Extracted records: Begin

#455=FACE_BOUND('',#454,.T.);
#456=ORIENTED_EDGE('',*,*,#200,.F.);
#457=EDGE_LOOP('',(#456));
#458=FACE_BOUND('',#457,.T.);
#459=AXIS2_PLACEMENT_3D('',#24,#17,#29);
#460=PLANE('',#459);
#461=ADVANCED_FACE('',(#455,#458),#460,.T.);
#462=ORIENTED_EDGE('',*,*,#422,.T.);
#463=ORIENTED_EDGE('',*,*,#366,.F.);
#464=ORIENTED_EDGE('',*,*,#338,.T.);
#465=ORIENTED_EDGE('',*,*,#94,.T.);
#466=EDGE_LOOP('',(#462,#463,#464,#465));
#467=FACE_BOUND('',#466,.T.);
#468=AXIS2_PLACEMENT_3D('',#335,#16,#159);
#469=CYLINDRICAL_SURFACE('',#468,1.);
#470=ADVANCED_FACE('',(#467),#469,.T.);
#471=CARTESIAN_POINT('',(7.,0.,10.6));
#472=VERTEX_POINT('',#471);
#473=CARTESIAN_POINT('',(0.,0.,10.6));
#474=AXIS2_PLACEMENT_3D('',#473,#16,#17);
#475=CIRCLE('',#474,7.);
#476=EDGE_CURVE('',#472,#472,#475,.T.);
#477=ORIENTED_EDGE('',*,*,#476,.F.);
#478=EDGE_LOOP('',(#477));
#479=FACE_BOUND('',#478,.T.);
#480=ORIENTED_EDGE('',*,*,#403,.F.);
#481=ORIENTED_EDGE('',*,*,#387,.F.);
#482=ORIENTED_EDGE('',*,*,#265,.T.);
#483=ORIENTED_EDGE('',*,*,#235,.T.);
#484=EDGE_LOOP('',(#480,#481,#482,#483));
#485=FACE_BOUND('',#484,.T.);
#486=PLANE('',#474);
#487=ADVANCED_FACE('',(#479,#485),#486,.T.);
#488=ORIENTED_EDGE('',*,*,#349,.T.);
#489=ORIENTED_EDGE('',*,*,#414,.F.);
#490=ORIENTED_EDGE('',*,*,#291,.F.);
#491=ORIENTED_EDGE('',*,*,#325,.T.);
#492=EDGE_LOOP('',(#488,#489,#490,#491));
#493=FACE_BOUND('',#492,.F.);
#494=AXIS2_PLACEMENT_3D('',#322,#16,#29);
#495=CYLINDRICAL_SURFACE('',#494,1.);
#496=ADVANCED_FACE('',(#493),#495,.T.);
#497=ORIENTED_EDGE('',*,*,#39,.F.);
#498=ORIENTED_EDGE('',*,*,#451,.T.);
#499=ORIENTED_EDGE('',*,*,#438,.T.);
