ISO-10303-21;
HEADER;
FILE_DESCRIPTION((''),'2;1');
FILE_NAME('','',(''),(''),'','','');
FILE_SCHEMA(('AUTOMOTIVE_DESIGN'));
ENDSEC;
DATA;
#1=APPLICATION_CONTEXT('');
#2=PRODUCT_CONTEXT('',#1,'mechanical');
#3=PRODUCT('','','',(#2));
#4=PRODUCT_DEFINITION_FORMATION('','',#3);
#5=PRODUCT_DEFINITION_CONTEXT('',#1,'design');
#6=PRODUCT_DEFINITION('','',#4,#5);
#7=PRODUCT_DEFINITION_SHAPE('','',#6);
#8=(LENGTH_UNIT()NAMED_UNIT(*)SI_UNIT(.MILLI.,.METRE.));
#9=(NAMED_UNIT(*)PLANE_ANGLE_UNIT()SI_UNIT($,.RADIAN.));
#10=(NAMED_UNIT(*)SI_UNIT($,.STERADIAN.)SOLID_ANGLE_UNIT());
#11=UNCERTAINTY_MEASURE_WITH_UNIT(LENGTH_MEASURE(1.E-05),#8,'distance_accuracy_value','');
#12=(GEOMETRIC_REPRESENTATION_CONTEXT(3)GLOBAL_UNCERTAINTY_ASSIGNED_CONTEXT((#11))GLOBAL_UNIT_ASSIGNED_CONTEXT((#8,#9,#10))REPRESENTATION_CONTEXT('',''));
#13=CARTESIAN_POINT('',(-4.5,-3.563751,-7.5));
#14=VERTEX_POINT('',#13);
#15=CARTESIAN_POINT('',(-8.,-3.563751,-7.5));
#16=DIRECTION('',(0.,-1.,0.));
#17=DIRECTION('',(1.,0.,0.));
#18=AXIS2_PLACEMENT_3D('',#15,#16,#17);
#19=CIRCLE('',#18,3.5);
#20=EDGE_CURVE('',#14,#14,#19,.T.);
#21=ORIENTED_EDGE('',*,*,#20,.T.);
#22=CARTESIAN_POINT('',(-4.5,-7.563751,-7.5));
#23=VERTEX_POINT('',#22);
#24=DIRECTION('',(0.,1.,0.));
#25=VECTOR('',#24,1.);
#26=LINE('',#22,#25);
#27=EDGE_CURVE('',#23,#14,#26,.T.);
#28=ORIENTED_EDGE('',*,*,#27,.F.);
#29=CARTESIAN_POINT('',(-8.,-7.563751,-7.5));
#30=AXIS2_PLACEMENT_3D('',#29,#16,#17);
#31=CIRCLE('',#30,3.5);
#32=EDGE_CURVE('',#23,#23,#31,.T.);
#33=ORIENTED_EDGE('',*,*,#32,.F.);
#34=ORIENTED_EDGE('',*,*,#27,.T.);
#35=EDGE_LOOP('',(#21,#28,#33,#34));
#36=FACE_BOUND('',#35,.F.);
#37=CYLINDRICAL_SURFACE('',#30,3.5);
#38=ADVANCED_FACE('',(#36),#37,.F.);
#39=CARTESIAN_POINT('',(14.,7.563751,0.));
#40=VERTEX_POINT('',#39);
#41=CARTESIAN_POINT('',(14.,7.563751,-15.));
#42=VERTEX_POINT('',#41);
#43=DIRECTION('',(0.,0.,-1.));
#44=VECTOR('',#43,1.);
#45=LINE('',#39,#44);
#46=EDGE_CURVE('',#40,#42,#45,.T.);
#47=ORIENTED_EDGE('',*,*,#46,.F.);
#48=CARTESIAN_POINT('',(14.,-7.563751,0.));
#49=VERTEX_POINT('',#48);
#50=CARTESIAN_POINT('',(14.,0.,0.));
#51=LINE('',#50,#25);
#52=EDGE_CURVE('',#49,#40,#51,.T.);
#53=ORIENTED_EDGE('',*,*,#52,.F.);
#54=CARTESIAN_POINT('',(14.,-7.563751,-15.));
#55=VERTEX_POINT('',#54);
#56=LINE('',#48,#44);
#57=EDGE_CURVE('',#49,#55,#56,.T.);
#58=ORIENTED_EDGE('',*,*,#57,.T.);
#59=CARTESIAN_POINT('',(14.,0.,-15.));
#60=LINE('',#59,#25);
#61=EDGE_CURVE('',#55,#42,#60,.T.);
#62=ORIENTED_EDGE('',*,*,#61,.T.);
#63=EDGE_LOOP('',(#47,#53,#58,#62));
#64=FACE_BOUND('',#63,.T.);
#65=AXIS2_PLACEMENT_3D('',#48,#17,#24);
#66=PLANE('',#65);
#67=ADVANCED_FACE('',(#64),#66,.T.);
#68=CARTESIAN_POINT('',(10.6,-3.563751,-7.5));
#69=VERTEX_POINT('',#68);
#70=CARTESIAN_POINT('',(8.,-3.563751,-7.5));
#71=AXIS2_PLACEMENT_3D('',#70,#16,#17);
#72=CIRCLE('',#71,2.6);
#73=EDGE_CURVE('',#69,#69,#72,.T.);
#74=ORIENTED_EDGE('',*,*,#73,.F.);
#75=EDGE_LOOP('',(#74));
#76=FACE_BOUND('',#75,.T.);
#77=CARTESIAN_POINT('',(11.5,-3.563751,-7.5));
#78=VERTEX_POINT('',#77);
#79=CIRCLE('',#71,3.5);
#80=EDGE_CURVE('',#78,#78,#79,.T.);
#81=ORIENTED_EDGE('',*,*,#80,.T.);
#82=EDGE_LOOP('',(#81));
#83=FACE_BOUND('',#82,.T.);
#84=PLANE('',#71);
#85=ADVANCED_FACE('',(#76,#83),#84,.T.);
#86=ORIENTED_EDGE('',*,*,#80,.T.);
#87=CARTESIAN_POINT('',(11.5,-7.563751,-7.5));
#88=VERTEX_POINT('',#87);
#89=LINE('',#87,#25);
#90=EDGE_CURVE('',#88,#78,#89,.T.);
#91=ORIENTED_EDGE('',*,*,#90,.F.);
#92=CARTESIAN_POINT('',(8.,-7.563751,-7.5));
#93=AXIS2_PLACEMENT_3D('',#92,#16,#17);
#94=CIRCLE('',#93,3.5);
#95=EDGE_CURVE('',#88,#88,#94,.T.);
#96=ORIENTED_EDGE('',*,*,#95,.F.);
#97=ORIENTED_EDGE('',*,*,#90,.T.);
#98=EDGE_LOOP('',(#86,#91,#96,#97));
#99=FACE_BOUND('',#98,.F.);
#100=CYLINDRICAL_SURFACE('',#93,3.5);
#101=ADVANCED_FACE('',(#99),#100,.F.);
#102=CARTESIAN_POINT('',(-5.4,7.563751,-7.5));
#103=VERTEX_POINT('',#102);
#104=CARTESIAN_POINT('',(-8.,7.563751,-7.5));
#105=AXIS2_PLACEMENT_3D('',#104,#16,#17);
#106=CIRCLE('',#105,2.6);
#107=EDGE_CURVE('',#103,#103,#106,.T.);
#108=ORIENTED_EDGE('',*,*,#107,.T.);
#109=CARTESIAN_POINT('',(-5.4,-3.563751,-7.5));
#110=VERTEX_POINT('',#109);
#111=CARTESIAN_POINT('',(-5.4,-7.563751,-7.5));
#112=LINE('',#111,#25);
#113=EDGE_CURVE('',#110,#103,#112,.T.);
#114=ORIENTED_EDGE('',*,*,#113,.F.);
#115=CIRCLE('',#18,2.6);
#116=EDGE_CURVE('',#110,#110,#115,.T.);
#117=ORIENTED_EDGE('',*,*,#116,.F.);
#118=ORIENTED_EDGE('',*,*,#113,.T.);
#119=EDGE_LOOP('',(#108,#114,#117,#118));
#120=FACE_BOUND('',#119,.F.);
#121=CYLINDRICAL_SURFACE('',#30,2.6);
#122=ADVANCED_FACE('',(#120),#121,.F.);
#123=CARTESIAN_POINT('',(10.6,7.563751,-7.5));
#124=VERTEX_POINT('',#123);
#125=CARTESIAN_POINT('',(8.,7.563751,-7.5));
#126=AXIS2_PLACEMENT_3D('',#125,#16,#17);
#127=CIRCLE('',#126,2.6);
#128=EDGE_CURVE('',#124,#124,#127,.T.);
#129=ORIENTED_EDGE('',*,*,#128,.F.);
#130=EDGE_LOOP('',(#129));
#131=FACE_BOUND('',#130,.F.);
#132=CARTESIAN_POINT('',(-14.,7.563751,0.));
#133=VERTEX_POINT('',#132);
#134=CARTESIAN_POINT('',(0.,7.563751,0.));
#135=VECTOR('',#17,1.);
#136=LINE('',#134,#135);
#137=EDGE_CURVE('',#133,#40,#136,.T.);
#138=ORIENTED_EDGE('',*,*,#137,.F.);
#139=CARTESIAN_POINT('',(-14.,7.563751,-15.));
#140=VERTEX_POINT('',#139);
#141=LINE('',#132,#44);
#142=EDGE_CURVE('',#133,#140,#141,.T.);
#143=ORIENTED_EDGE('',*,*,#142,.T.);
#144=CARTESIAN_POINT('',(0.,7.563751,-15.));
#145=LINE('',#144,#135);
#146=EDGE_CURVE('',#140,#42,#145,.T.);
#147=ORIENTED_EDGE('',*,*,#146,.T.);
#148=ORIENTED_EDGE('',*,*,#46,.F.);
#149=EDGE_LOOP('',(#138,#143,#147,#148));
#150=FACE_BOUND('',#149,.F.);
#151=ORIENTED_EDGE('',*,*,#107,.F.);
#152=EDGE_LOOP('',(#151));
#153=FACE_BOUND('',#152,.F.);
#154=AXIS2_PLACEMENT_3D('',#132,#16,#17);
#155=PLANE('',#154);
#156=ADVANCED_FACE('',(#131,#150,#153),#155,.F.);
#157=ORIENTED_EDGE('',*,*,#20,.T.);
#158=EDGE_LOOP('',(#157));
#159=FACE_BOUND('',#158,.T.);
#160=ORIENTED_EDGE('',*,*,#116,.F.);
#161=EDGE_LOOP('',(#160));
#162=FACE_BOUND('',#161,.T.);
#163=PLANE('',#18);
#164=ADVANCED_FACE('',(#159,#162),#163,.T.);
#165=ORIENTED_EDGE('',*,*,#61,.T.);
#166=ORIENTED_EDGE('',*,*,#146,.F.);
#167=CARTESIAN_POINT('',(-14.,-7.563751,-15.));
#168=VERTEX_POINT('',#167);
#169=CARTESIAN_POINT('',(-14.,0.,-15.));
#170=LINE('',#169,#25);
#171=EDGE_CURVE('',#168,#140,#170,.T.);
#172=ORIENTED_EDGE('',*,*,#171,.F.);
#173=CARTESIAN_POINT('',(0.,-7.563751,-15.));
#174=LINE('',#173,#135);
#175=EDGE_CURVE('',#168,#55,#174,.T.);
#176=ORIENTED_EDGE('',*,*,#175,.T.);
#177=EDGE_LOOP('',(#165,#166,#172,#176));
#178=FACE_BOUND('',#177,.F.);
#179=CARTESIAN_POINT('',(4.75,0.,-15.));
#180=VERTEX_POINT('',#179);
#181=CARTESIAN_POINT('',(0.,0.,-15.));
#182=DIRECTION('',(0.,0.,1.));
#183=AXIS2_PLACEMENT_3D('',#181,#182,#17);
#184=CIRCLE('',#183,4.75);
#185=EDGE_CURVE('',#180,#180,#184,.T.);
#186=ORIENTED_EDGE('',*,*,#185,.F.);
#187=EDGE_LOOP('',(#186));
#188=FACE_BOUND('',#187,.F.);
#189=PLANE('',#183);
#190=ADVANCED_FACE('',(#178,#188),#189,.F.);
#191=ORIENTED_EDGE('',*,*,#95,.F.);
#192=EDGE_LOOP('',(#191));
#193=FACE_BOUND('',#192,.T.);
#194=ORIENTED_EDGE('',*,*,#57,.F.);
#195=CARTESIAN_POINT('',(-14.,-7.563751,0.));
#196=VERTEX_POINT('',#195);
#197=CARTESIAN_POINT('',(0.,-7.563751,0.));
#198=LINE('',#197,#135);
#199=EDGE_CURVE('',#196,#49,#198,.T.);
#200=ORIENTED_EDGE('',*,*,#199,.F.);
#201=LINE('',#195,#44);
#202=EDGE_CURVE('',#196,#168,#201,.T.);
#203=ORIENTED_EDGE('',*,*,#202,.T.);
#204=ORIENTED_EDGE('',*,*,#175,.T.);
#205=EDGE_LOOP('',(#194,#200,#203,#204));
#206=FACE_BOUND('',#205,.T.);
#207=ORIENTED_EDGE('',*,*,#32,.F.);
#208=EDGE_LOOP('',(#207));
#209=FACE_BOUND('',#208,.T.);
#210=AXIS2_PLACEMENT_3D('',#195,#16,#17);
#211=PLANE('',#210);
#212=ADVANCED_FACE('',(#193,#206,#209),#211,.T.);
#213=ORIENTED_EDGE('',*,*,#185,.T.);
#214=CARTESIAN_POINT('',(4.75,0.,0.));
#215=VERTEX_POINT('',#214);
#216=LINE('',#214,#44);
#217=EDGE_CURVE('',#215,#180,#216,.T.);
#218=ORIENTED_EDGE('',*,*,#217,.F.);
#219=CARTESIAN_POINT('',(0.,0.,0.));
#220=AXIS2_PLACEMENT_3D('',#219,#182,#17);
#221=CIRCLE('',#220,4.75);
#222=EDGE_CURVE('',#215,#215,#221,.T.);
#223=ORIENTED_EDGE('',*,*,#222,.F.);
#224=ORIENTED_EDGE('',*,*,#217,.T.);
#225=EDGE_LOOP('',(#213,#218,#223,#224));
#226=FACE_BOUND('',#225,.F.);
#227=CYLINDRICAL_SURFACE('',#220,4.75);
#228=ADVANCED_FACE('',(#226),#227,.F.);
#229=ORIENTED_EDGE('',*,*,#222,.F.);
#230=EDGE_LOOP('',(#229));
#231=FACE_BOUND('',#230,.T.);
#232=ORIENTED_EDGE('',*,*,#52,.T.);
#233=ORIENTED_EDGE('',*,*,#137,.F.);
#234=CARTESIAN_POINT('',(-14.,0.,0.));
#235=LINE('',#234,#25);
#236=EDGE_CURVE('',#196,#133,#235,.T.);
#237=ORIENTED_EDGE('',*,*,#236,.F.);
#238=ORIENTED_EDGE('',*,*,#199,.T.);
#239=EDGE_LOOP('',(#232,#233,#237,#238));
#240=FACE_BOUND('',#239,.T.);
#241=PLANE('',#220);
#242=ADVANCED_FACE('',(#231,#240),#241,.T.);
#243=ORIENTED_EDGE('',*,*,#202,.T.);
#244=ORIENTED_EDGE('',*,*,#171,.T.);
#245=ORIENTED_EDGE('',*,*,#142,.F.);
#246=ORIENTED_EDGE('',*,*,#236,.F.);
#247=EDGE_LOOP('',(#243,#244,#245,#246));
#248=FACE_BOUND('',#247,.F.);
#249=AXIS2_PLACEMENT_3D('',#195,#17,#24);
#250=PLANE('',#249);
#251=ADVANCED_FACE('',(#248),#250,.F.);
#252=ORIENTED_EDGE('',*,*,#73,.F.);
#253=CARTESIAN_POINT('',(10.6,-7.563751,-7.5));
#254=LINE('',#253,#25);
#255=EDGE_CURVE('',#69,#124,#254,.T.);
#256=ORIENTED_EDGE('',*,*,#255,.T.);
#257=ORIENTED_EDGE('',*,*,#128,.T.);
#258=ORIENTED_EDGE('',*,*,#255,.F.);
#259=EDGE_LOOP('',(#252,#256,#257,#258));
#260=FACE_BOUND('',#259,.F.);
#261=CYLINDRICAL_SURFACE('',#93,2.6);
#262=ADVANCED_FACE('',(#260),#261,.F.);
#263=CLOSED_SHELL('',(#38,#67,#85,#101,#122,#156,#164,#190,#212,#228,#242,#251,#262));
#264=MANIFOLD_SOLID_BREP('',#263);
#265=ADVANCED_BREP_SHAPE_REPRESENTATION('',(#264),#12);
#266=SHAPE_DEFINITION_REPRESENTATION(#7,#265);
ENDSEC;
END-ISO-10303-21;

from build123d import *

# Parameters (mm, degrees)
F0_W     = 28
F0_H     = 15.127502
F0_R     = 4.75
F1_DEPTH = 15
F2_R     = 2.6
F3_DEPTH = 25
F2_R_2   = 3.5
F4_DEPTH = 4


with BuildPart() as f1:
    # F0 (on Top) → F1 (new body)
    with BuildSketch(Plane.XY):
        Rectangle(F0_W, F0_H)
        Circle(F0_R, mode=Mode.SUBTRACT)
    extrude(amount=-F1_DEPTH)

    # F2 (on face) → F3 (cut)
    with BuildSketch(Plane.XZ.offset(7.563751)):
        with Locations((-8, -7.5)):
            Circle(F2_R)
        with Locations((8, -7.5)):
            Circle(F2_R)
    extrude(amount=-F3_DEPTH, mode=Mode.SUBTRACT)

    # F2 (on face) → F4 (cut)
    with BuildSketch(Plane.XZ.offset(7.563751)):
        with Locations((-8, -7.5)):
            Circle(F2_R_2)
        with Locations((-8, -7.5)):
            Circle(F2_R, mode=Mode.SUBTRACT)
        with Locations((8, -7.5)):
            Circle(F2_R_2)
        with Locations((8, -7.5)):
            Circle(F2_R, mode=Mode.SUBTRACT)
    extrude(amount=-F4_DEPTH, mode=Mode.SUBTRACT)


solid = f1.part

Extracted records: End

• Exercise brief: The required answer is the exact run of lines above starting at the line with "#156=ADVANCED_FACE('',(#131,#150,#153),#155,.F.);" and ending at the line with "#208=EDGE_LOOP('',(#207));", with both ends present.

• Exercise result:
#156=ADVANCED_FACE('',(#131,#150,#153),#155,.F.);
#157=ORIENTED_EDGE('',*,*,#20,.T.);
#158=EDGE_LOOP('',(#157));
#159=FACE_BOUND('',#158,.T.);
#160=ORIENTED_EDGE('',*,*,#116,.F.);
#161=EDGE_LOOP('',(#160));
#162=FACE_BOUND('',#161,.T.);
#163=PLANE('',#18);
#164=ADVANCED_FACE('',(#159,#162),#163,.T.);
#165=ORIENTED_EDGE('',*,*,#61,.T.);
#166=ORIENTED_EDGE('',*,*,#146,.F.);
#167=CARTESIAN_POINT('',(-14.,-7.563751,-15.));
#168=VERTEX_POINT('',#167);
#169=CARTESIAN_POINT('',(-14.,0.,-15.));
#170=LINE('',#169,#25);
#171=EDGE_CURVE('',#168,#140,#170,.T.);
#172=ORIENTED_EDGE('',*,*,#171,.F.);
#173=CARTESIAN_POINT('',(0.,-7.563751,-15.));
#174=LINE('',#173,#135);
#175=EDGE_CURVE('',#168,#55,#174,.T.);
#176=ORIENTED_EDGE('',*,*,#175,.T.);
#177=EDGE_LOOP('',(#165,#166,#172,#176));
#178=FACE_BOUND('',#177,.F.);
#179=CARTESIAN_POINT('',(4.75,0.,-15.));
#180=VERTEX_POINT('',#179);
#181=CARTESIAN_POINT('',(0.,0.,-15.));
#182=DIRECTION('',(0.,0.,1.));
#183=AXIS2_PLACEMENT_3D('',#181,#182,#17);
#184=CIRCLE('',#183,4.75);
#185=EDGE_CURVE('',#180,#180,#184,.T.);
#186=ORIENTED_EDGE('',*,*,#185,.F.);
#187=EDGE_LOOP('',(#186));
#188=FACE_BOUND('',#187,.F.);
#189=PLANE('',#183);
#190=ADVANCED_FACE('',(#178,#188),#189,.F.);
#191=ORIENTED_EDGE('',*,*,#95,.F.);
#192=EDGE_LOOP('',(#191));
#193=FACE_BOUND('',#192,.T.);
#194=ORIENTED_EDGE('',*,*,#57,.F.);
#195=CARTESIAN_POINT('',(-14.,-7.563751,0.));
#196=VERTEX_POINT('',#195);
#197=CARTESIAN_POINT('',(0.,-7.563751,0.));
#198=LINE('',#197,#135);
#199=EDGE_CURVE('',#196,#49,#198,.T.);
#200=ORIENTED_EDGE('',*,*,#199,.F.);
#201=LINE('',#195,#44);
#202=EDGE_CURVE('',#196,#168,#201,.T.);
#203=ORIENTED_EDGE('',*,*,#202,.T.);
#204=ORIENTED_EDGE('',*,*,#175,.T.);
#205=EDGE_LOOP('',(#194,#200,#203,#204));
#206=FACE_BOUND('',#205,.T.);
#207=ORIENTED_EDGE('',*,*,#32,.F.);
#208=EDGE_LOOP('',(#207));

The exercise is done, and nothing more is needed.